SoundSense: scalable sound sensing for people-centric applications on mobile phones

TLDR
This paper proposes SoundSense, a scalable framework for modeling sound events on mobile phones that represents the first general purpose sound sensing system specifically designed to work on resource limited phones and demonstrates that SoundSense is capable of recognizing meaningful sound events that occur in users' everyday lives.
Abstract
Top end mobile phones include a number of specialized (e.g., accelerometer, compass, GPS) and general purpose sensors (e.g., microphone, camera) that enable new people-centric sensing applications. Perhaps the most ubiquitous and unexploited sensor on mobile phones is the microphone - a powerful sensor that is capable of making sophisticated inferences about human activity, location, and social events from sound. In this paper, we exploit this untapped sensor not in the context of human communications but as an enabler of new sensing applications.

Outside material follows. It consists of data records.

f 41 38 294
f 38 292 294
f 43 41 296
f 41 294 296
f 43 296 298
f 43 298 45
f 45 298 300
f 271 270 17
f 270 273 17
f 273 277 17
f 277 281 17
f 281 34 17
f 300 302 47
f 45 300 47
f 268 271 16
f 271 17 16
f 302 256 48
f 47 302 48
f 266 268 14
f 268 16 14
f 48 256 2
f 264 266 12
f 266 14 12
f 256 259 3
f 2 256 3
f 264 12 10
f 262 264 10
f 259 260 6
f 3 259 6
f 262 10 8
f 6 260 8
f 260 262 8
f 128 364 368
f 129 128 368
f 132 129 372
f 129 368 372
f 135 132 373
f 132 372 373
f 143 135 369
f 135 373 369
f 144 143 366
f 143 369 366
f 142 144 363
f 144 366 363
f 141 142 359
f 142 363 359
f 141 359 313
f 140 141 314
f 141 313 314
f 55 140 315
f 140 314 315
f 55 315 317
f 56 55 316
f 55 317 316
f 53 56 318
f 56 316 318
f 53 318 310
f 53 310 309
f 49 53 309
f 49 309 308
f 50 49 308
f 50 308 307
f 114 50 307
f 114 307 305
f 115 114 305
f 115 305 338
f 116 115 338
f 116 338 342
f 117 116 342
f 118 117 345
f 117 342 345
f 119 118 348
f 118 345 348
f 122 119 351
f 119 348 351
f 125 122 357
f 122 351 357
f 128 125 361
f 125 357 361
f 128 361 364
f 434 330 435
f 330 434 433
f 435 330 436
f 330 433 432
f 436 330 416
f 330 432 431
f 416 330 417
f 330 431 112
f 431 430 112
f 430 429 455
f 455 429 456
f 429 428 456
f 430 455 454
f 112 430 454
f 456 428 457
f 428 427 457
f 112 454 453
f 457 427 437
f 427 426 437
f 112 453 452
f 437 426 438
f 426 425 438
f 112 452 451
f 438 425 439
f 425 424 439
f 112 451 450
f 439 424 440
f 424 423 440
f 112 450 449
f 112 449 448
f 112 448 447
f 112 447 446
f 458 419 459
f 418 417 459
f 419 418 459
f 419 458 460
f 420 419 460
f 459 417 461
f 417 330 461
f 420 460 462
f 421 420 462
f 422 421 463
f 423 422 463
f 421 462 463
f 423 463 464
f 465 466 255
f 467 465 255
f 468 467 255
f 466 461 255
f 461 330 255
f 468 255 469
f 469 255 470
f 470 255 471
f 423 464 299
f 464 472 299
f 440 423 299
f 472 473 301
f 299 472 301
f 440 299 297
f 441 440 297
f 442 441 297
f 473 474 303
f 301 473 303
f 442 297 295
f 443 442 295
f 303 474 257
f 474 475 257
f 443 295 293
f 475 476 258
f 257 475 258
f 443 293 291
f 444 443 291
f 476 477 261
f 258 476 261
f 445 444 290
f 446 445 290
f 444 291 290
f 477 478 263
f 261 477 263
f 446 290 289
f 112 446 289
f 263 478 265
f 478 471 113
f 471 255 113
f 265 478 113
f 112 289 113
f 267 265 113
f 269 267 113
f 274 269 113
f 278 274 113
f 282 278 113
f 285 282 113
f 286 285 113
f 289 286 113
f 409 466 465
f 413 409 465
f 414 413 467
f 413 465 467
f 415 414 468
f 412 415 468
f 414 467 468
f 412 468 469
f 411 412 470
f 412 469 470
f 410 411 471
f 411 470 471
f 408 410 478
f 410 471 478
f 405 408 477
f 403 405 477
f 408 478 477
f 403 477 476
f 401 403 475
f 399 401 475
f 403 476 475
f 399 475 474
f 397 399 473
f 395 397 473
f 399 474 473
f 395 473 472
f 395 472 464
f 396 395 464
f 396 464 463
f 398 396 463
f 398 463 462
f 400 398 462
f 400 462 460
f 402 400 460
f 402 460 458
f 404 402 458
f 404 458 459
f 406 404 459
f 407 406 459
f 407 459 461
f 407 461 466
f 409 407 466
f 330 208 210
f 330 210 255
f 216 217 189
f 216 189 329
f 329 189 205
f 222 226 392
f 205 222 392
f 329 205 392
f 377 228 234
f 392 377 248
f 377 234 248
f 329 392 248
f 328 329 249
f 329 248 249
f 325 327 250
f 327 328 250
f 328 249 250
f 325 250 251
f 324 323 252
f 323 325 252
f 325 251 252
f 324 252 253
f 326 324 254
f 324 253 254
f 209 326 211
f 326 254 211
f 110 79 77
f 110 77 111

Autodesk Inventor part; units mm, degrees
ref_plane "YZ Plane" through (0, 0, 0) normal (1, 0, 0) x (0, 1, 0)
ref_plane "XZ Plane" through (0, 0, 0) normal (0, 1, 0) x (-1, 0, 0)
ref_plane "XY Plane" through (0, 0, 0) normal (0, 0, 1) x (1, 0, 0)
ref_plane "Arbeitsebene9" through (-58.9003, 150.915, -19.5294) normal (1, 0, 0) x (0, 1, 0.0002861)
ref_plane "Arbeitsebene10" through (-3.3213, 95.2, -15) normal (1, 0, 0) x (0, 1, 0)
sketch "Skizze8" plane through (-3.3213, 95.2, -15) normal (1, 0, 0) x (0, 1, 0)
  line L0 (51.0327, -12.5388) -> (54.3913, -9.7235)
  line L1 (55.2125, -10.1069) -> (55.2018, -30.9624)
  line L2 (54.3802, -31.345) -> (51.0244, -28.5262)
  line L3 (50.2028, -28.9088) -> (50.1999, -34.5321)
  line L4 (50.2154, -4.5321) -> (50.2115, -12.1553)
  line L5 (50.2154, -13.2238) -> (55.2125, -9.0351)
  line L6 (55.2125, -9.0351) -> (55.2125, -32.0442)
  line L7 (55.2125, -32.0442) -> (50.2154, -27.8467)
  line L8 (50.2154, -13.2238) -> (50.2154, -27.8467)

We propose SoundSense, a scalable framework for modeling sound events on mobile phones. SoundSense is implemented on the Apple iPhone and represents the first general purpose sound sensing system specifically designed to work on resource limited phones. The architecture and algorithms are designed for scalability and Soundsense uses a combination of supervised and unsupervised learning techniques to classify both general sound types (e.g., music, voice) and discover novel sound events specific to individual users. The system runs solely on the mobile phone with no back-end interactions. Through implementation and evaluation of two proof of concept people-centric sensing applications, we demostrate that SoundSense is capable of recognizing meaningful sound events that occur in users' everyday lives.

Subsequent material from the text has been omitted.